The experimental part needs some clarity. More details are necessary. It is necessary to enhance the analysis and interpretation of the test results. In order to support the suggested thesis, the findings section should be connected to a discussion part.

The methodology's future application should be expanded upon or highlighted. Clarify the article's conclusion and its importance for further study as you improve it.

Author Response

The work fits the journal's focus, and readers will be interested. The study has specific strengths, but I think it is faulty from various angles, so it must be updated.

In my opinion, the introduction has to be strengthened to more clearly state the work's purpose and the technique's features. It's unclear how it operates as it stands. The author should also make it apparent how this work advances the state of the art, emphasizing its originality......

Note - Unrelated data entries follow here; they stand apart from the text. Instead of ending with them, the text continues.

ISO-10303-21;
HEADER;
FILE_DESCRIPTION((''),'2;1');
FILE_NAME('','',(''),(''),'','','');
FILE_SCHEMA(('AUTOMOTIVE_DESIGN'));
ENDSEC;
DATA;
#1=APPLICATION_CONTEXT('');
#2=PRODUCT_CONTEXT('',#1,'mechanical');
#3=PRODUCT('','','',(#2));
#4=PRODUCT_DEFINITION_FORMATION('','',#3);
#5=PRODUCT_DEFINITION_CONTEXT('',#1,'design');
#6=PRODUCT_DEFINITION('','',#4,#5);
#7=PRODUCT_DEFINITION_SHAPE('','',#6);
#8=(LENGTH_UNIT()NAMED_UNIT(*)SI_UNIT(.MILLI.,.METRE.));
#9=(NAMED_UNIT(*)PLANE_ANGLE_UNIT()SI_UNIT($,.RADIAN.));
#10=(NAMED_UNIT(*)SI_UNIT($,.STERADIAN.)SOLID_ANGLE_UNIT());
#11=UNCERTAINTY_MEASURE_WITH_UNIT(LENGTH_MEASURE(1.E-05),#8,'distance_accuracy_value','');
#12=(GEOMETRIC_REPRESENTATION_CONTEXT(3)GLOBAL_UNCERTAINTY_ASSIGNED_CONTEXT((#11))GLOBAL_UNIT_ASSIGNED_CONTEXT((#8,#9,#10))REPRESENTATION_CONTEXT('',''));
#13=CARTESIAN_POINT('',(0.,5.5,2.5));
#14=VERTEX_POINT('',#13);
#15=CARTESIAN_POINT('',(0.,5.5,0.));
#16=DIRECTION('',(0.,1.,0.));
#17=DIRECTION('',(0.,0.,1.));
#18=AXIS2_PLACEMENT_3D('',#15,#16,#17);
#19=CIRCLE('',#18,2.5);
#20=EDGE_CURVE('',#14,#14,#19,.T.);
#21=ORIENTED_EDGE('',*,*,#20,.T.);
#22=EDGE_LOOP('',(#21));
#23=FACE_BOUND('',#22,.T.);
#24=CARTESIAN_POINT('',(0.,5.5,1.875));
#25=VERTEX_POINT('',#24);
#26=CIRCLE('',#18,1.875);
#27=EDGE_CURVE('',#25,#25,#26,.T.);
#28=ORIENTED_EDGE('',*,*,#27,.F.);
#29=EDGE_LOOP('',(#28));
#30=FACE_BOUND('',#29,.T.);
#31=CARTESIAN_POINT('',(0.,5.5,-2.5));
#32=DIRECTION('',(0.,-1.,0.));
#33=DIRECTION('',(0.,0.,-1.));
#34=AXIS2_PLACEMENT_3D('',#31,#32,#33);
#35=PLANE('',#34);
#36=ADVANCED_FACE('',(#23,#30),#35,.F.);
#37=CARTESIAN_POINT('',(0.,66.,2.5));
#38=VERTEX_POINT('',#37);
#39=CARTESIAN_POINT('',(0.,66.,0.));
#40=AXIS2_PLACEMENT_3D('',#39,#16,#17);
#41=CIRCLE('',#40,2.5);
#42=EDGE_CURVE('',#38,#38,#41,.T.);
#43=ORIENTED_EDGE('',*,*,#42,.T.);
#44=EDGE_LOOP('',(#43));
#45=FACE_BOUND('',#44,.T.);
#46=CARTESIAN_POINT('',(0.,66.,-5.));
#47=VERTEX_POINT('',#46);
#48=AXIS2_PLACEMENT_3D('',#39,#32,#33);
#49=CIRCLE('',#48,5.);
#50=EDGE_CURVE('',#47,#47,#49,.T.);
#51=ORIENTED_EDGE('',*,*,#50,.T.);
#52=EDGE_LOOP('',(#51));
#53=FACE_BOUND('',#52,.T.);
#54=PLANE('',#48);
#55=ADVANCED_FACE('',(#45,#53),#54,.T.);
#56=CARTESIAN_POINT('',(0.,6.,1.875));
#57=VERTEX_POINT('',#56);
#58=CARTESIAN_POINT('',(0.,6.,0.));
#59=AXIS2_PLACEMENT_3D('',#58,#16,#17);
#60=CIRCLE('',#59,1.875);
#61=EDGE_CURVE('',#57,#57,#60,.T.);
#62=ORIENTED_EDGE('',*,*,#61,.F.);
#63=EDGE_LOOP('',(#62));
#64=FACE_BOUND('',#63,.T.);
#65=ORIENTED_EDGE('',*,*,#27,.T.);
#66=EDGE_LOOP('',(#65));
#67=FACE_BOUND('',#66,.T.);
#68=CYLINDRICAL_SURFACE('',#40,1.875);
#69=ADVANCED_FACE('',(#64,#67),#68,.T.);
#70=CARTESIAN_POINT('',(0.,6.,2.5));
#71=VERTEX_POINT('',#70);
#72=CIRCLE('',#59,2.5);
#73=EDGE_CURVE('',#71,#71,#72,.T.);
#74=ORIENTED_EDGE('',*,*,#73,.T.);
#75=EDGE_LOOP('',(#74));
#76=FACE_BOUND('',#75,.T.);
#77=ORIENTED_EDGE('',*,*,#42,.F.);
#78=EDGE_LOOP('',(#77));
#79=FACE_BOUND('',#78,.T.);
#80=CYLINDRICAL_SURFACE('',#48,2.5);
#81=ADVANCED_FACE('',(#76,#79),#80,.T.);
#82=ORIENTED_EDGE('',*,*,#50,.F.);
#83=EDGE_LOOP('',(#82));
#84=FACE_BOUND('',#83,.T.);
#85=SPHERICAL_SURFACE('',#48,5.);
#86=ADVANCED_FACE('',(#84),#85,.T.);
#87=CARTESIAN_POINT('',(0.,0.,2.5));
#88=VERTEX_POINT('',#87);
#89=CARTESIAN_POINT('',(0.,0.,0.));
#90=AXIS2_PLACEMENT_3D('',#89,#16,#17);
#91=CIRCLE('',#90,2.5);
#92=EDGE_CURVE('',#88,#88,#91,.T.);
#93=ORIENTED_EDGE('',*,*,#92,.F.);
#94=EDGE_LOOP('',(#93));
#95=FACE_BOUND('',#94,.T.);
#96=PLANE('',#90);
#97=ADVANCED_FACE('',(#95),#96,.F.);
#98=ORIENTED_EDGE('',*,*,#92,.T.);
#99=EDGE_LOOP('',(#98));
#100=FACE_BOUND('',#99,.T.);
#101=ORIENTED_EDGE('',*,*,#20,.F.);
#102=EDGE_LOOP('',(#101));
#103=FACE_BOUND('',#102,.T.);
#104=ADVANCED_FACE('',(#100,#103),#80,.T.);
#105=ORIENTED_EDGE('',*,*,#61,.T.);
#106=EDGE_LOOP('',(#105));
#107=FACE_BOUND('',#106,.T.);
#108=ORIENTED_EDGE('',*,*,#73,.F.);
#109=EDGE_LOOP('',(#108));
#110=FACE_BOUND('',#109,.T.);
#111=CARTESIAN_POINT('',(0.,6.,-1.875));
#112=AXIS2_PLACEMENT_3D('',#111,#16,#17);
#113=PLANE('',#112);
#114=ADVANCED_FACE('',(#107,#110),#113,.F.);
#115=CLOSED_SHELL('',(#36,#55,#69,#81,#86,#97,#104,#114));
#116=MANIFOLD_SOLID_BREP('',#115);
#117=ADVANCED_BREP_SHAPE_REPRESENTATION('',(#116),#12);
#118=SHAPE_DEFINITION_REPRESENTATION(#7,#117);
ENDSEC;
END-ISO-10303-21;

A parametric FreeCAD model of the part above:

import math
import FreeCAD as App
import Part
import Sketcher
from FreeCAD import Vector

doc = App.newDocument("Part")
body = doc.addObject("PartDesign::Body", "Body")

# Sketch on XZ plane
sketch1 = body.newObject("Sketcher::SketchObject", "Sketch")
sketch1.AttachmentSupport = (doc.getObject("XZ_Plane"), [""])
sketch1.MapMode = "FlatFace"
sketch1.addGeometry(Part.Circle(Vector(0, 0, 0), Vector(0, 0, 1), 2.5), False)
sketch1.addConstraint([
    Sketcher.Constraint("Coincident", 0, 3, -1, 1),
    Sketcher.Constraint("Diameter", 0, 5.0),
])
pad1 = body.newObject("PartDesign::Pad", "Pad")
pad1.Profile = sketch1
pad1.Length = 66
pad1.Reversed = True

# Sketch on YZ plane
sketch2 = body.newObject("Sketcher::SketchObject", "Sketch001")
sketch2.AttachmentSupport = (doc.getObject("YZ_Plane"), [""])
sketch2.MapMode = "FlatFace"
sketch2.addGeometry([
    Part.LineSegment(Vector(71, 0, 0), Vector(66, 0, 0)),
    Part.LineSegment(Vector(66, 0, 0), Vector(66, -5, 0)),
    Part.ArcOfCircle(Part.Circle(Vector(66, 0, 0), Vector(0, 0, 1), 5), math.radians(-90), math.radians(0)),
], False)
sketch2.addConstraint([
    Sketcher.Constraint("Coincident", 0, 2, 1, 1),
    Sketcher.Constraint("Coincident", 1, 2, 2, 1),
    Sketcher.Constraint("Coincident", 2, 2, 0, 1),
    Sketcher.Constraint("Horizontal", 0),
    Sketcher.Constraint("Vertical", 1),
    Sketcher.Constraint("Coincident", 0, 2, 2, 3),
    Sketcher.Constraint("PointOnObject", 2, 3, -1),
    Sketcher.Constraint("Radius", 2, 5.0),
    Sketcher.Constraint("DistanceX", -1, 1, 2, 3, 66.0),
])
revolution = body.newObject("PartDesign::Revolution", "Revolution")
revolution.Profile = sketch2
revolution.ReferenceAxis = (sketch2, ["H_Axis"])
revolution.Angle = 360

# Sketch on YZ plane
sketch3 = body.newObject("Sketcher::SketchObject", "Sketch002")
sketch3.AttachmentSupport = (doc.getObject("YZ_Plane"), [""])
sketch3.MapMode = "FlatFace"
sketch3.addGeometry([
    Part.LineSegment(Vector(5.5, -1.875, 0), Vector(6, -1.875, 0)),
    Part.LineSegment(Vector(6, -1.875, 0), Vector(6, -2.5, 0)),
    Part.LineSegment(Vector(6, -2.5, 0), Vector(5.5, -2.5, 0)),
    Part.LineSegment(Vector(5.5, -2.5, 0), Vector(5.5, -1.875, 0)),
], False)
sketch3.addConstraint([
    Sketcher.Constraint("Coincident", 0, 2, 1, 1),
    Sketcher.Constraint("Coincident", 1, 2, 2, 1),
    Sketcher.Constraint("Coincident", 2, 2, 3, 1),
    Sketcher.Constraint("Coincident", 3, 2, 0, 1),
    Sketcher.Constraint("Horizontal", 0),
    Sketcher.Constraint("Vertical", 1),
    Sketcher.Constraint("Horizontal", 2),
    Sketcher.Constraint("Vertical", 3),
    Sketcher.Constraint("DistanceX", 0, 1, 0, 2, 0.5),
    Sketcher.Constraint("DistanceX", -1, 1, 0, 2, 6.0),
    Sketcher.Constraint("DistanceY", 1, 2, -1, 1, 2.5),
    Sketcher.Constraint("DistanceY", 1, 2, 1, 1, 0.625),
])
groove = body.newObject("PartDesign::Groove", "Groove")
groove.Profile = sketch3
groove.ReferenceAxis = (sketch3, ["H_Axis"])
groove.Angle = 360

doc.recompute()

Our response: Thanks for your comments. Maybe our expression is not clear enough. We have specifically improved our paper. At the same time, in order to present them more clearly to the reviewers, we have deliberately listed them as follows.

The work's purpose:

With the increase of the dimensions of the optimization problems, the CSO algorithm is prone to premature convergence. Therefore, for the optimization problem of high-dimensional complex functions, Yang et al. constructed a genetic CSO algorithm by introducing the idea of genetic algorithm into the CSO algorithm, and verified the performance of the proposed algorithm on 10 benchmark functions[25]. Although the convergence speed and stability have been improved, the solution accuracy is still unsatisfactory. Gu et al. realized the solution of high-dimensional complex function optimization problems by removing the chicks in the chicken swarm and introducing an inverted S-shaped inertial weight to construct an adaptive simplified CSO algorithm[26]. Although the proposed algorithm is significantly better than some other algorithms in solution accuracy, there is still room for improvement in convergence speed. By introducing the dissipative structure and differential mutation operation into the basic CSO algorithm, Han constructed a hybrid CSO algorithm to avoid the premature convergence in solving high-dimensional complex problems, and verified the performance of the proposed algorithm on 18 standard functions[27]. Although its convergence performance has been improved, the solution accuracy should be further enhanced.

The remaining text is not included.